Clise Place W originates in the 1928 plat of Magnolia View Addition to the City of Seattle, filed by the Clise Investment Company. It originally only went from W Howe Street at Magnolia Boulevard W to W Crockett Street, but now continues on to W Lynn Street and 33rd Avenue W, giving it a total length of just under ¼ mile.

JW Clise
J.W. Clise, from The Ranch and Range, June 26, 1902 issue

Bigelow Avenue N

This street was named for developer Isaac Newton Bigelow (1838–1922). The Queen Anne Historic Context Statement, as we quoted in Newton Street, says:

In the early 1870s, the Denny and Mercer families gradually began to systematically subdivide their large land holdings on the south and east slopes of Queen Anne Hill. When a severe windstorm blew down thousands of trees in the north district in 1875, views opened up and land seekers turned their attentions beyond Belltown. Real estate speculators new to the territory arrived and began to buy up property on the crest of Queen Anne Hill. Some of these speculators also became developers, such as George Kinnear, or builder-developers, such as Isaac Bigelow.

Bigelow Avenue N forms a major part of Queen Anne Boulevard, the scenic loop atop Queen Anne Hill. It begins at 2nd Avenue N and Prospect Street and goes 9⁄10 of a mile to Wheeler Street between 4th Avenue N and 5th Avenue N.

Part of the street is lined with chestnut trees — not horse chestnuts, but the edible variety, specifically the Chinese chestnut, Castanea mollissima, according to the city’s records. My family (my mother was Korean) never foraged here, though we have done so elsewhere in the area, both for chestnuts and fiddlehead ferns. But plenty of others have, and continue to do so, as these articles show:

It should be noted that since Bigelow Avenue N is part of Queen Anne Boulevard, the trees belong to the parks department, not to the neighbors.
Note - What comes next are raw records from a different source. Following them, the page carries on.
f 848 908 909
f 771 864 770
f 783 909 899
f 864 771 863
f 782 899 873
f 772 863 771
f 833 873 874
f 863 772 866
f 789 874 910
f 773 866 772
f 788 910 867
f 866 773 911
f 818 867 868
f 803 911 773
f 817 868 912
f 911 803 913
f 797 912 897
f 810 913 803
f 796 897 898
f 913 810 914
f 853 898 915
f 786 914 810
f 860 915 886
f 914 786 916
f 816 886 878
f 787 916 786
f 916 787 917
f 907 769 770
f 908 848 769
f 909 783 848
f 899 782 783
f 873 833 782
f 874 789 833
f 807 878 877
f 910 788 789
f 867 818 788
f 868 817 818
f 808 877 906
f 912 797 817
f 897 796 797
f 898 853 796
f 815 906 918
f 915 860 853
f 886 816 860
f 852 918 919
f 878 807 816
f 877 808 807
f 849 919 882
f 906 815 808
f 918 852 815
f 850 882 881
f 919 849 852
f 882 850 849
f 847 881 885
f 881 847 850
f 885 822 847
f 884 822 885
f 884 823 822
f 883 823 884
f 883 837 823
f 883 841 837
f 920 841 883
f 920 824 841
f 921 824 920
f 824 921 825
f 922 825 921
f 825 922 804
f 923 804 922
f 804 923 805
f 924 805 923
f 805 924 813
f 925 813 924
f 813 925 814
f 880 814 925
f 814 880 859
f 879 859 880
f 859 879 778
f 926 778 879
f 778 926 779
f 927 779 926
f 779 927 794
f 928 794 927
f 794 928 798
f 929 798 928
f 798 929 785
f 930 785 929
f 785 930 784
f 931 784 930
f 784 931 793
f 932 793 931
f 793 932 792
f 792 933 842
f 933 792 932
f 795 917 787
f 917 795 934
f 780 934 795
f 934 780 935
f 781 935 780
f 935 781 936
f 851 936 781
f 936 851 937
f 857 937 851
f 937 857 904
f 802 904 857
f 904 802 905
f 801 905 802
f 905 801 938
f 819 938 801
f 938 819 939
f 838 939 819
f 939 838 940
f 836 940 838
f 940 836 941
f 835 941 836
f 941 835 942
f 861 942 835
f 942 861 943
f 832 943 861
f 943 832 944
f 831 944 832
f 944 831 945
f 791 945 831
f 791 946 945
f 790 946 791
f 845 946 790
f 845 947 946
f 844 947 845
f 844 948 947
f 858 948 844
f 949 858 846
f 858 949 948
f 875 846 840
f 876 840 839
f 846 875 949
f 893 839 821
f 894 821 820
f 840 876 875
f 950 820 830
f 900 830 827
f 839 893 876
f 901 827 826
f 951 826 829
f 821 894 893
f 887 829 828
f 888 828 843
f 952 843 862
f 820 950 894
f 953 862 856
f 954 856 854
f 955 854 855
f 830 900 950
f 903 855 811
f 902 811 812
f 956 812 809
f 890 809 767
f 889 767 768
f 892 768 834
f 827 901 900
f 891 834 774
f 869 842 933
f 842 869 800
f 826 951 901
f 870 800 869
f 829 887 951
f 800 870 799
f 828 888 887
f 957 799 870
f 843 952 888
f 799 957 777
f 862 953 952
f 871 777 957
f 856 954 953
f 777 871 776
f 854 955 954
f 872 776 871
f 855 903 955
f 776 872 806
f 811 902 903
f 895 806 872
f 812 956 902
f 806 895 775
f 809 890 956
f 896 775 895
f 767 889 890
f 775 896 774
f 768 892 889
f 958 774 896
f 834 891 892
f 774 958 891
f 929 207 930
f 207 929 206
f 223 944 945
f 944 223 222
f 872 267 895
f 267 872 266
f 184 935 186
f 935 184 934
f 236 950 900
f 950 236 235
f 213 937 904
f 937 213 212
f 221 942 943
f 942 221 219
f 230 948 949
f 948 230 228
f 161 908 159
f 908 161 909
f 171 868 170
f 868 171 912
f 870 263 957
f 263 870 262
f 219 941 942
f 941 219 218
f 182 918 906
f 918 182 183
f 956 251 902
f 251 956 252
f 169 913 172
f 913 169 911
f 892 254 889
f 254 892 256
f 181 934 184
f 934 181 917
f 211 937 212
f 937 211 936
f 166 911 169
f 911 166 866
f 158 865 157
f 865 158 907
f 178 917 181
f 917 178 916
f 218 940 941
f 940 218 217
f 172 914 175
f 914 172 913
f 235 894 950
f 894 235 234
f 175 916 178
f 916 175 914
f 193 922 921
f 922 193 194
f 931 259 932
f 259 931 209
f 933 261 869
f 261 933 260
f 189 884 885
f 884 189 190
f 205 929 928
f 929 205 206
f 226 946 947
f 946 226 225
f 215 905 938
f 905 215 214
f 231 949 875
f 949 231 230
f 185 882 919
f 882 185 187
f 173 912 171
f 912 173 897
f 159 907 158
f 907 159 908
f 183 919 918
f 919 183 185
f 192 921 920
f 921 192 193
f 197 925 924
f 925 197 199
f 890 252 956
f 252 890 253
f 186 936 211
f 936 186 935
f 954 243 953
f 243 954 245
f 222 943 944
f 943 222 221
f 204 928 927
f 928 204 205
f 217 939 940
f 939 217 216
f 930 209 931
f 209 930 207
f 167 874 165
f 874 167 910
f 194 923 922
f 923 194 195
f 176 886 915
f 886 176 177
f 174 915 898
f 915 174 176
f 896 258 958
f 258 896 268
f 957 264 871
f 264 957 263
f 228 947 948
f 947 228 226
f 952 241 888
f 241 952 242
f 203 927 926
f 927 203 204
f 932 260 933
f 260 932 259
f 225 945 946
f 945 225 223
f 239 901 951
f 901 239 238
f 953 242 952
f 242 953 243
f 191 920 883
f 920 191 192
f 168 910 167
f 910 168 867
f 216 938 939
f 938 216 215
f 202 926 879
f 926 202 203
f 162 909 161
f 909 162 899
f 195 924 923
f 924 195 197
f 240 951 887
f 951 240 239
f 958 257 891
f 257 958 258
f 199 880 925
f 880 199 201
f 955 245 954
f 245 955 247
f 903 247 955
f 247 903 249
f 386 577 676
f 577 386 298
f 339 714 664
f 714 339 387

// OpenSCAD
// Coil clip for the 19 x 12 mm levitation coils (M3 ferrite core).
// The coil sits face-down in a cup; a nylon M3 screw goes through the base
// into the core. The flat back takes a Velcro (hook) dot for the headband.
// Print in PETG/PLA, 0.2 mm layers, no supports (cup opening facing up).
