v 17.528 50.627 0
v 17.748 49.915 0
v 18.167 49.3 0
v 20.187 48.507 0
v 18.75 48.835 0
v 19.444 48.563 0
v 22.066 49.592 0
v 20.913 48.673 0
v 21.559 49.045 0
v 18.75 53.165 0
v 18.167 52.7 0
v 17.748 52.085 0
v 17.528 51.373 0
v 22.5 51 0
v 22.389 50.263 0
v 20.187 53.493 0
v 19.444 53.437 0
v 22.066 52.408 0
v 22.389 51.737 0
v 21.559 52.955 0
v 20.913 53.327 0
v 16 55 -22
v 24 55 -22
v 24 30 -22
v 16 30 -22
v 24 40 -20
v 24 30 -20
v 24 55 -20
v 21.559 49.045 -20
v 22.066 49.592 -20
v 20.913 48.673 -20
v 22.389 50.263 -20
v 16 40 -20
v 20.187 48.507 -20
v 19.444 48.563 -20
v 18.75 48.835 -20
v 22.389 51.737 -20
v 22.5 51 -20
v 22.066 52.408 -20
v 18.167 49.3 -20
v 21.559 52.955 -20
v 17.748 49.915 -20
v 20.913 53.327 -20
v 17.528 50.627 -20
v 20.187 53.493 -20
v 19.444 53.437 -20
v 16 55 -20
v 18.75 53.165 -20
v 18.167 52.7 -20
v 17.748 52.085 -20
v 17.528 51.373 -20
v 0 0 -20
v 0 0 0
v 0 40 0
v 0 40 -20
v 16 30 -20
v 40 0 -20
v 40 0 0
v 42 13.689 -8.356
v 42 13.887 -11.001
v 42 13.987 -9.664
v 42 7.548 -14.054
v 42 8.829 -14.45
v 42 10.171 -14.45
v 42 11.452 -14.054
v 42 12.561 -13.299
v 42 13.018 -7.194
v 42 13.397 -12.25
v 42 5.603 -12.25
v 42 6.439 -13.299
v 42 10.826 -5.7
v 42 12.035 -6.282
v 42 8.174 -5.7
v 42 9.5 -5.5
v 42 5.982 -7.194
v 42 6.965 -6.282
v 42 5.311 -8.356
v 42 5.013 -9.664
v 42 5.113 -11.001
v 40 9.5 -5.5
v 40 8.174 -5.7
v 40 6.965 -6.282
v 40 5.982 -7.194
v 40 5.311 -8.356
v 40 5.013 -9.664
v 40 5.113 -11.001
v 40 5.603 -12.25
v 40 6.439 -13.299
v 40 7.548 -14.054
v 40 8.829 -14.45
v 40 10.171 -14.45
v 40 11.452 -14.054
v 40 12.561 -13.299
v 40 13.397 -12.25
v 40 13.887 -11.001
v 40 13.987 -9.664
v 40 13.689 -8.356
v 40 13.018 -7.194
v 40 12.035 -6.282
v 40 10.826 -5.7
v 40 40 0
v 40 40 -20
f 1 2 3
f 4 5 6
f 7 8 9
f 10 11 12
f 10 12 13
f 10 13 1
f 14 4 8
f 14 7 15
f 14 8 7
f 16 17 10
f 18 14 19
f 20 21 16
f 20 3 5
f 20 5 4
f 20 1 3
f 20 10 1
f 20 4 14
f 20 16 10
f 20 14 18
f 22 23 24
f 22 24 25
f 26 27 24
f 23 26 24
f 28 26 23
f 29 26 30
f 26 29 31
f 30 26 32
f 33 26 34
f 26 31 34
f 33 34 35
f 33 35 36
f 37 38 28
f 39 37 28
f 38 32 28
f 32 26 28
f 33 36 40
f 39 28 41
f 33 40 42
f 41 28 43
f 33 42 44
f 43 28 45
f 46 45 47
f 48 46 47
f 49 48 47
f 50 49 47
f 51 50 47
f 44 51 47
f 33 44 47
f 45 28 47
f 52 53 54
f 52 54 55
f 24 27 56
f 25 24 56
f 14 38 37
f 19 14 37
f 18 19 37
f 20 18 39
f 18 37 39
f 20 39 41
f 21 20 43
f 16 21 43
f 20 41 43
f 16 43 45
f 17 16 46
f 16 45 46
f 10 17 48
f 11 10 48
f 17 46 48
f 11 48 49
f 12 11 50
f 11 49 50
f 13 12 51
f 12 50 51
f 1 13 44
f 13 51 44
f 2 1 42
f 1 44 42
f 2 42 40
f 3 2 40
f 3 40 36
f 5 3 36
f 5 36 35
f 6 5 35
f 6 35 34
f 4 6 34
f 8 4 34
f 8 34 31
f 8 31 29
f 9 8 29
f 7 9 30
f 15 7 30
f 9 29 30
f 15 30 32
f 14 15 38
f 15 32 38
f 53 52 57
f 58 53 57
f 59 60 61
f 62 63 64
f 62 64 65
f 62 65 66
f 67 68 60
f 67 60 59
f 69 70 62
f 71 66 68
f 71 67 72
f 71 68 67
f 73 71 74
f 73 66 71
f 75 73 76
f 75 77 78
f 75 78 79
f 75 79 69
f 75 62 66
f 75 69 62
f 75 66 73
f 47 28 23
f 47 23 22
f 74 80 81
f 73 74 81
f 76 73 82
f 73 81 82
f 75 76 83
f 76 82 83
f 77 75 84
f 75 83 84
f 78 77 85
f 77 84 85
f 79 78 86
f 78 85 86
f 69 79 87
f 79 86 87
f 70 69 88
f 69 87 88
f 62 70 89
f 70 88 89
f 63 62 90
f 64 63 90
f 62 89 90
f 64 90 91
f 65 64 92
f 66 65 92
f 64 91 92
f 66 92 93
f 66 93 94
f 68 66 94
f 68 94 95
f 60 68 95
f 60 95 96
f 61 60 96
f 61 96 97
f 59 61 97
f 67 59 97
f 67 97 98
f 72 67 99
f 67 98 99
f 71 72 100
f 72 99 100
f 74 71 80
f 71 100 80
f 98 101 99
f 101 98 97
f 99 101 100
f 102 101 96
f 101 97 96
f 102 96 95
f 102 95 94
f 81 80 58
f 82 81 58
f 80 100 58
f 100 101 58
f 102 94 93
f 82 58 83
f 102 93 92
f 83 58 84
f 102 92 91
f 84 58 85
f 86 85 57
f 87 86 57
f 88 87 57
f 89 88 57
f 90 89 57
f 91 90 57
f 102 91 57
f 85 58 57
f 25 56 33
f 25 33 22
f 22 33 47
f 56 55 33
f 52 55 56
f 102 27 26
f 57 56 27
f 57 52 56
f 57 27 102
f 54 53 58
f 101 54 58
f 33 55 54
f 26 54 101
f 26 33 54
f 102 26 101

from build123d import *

# Parameters (mm, degrees)
ESQUISSE1_W        = 40
ESQUISSE1_H        = 20
BOSS_EXTRU_1_DEPTH = 40
ESQUISSE2_R        = 4.5
BOSS_EXTRU_2_DEPTH = 2
ESQUISSE3_W        = 8
ESQUISSE3_H        = 25
BOSS_EXTRU_3_DEPTH = 2
ESQUISSE4_R        = 2.5
BOSS_EXTRU_4_DEPTH = 20


with BuildPart() as part:
    # Esquisse1 → Boss.-Extru.1 (new body)
    with BuildSketch(Plane(origin=(0, 0, 0), x_dir=(1, 0, 0), z_dir=(0, 1, 0))):
        with Locations((20, 10)):
            Rectangle(ESQUISSE1_W, ESQUISSE1_H)
    extrude(amount=BOSS_EXTRU_1_DEPTH)

    # Esquisse2 → Boss.-Extru.2 (add)
    with BuildSketch(Plane(origin=(40, 0, 0), x_dir=(0, 0, -1), z_dir=(1, 0, 0))):
        with Locations(Location((10, 9.5, 0), (0, 0, 180))):
            Circle(ESQUISSE2_R)
    extrude(amount=BOSS_EXTRU_2_DEPTH)

    # Esquisse3 → Boss.-Extru.3 (add)
    with BuildSketch(Plane(origin=(0, 0, -20), x_dir=(-1, 0, 0), z_dir=(0, 0, -1))):
        with Locations((-20, 42.5)):
            Rectangle(ESQUISSE3_W, ESQUISSE3_H)
    extrude(amount=BOSS_EXTRU_3_DEPTH)

    # Esquisse4 → Boss.-Extru.4 (add)
    with BuildSketch(Plane.XY.offset(-20)):
        with Locations((20, 51)):
            Circle(ESQUISSE4_R)
    extrude(amount=BOSS_EXTRU_4_DEPTH)


solid = part.part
As with similar park boulevards in town, neighbors’ yards often encroach on the public right-of-way.

Street sign at corner of Comstock Street and Bigelow Avenue N, February 2010
Street sign at corner of Comstock Place and Bigelow Avenue N, February 2010. Photograph by Joe Mabel, Wikimedia Commons, licensed under Creative Commons Attribution-Share Alike 3.0 Unported
Beginning of Bigelow Avenue N (Queen Anne Boulevard) at 2nd Avenue N and Prospect Street, October 2015. Photograph by Joe Mabel, Wikimedia Commons, licensed under Creative Commons Attribution-Share Alike 3.0 Unported

Alonzo Avenue NW

This street was named for Alonzo Hamblet (1863–1937), son of Eli (1820–1905) and Mary Booth Hamblet (1840–1905), namesake of Mary Avenue NW. According to an article in the November 19, 1937 issue of The Seattle Times, the Hamblets had their homestead where Ballard High School is today. Alonzo was one of the men behind the West Coast Improvement Company that developed Ballard (then known as Gilman Park).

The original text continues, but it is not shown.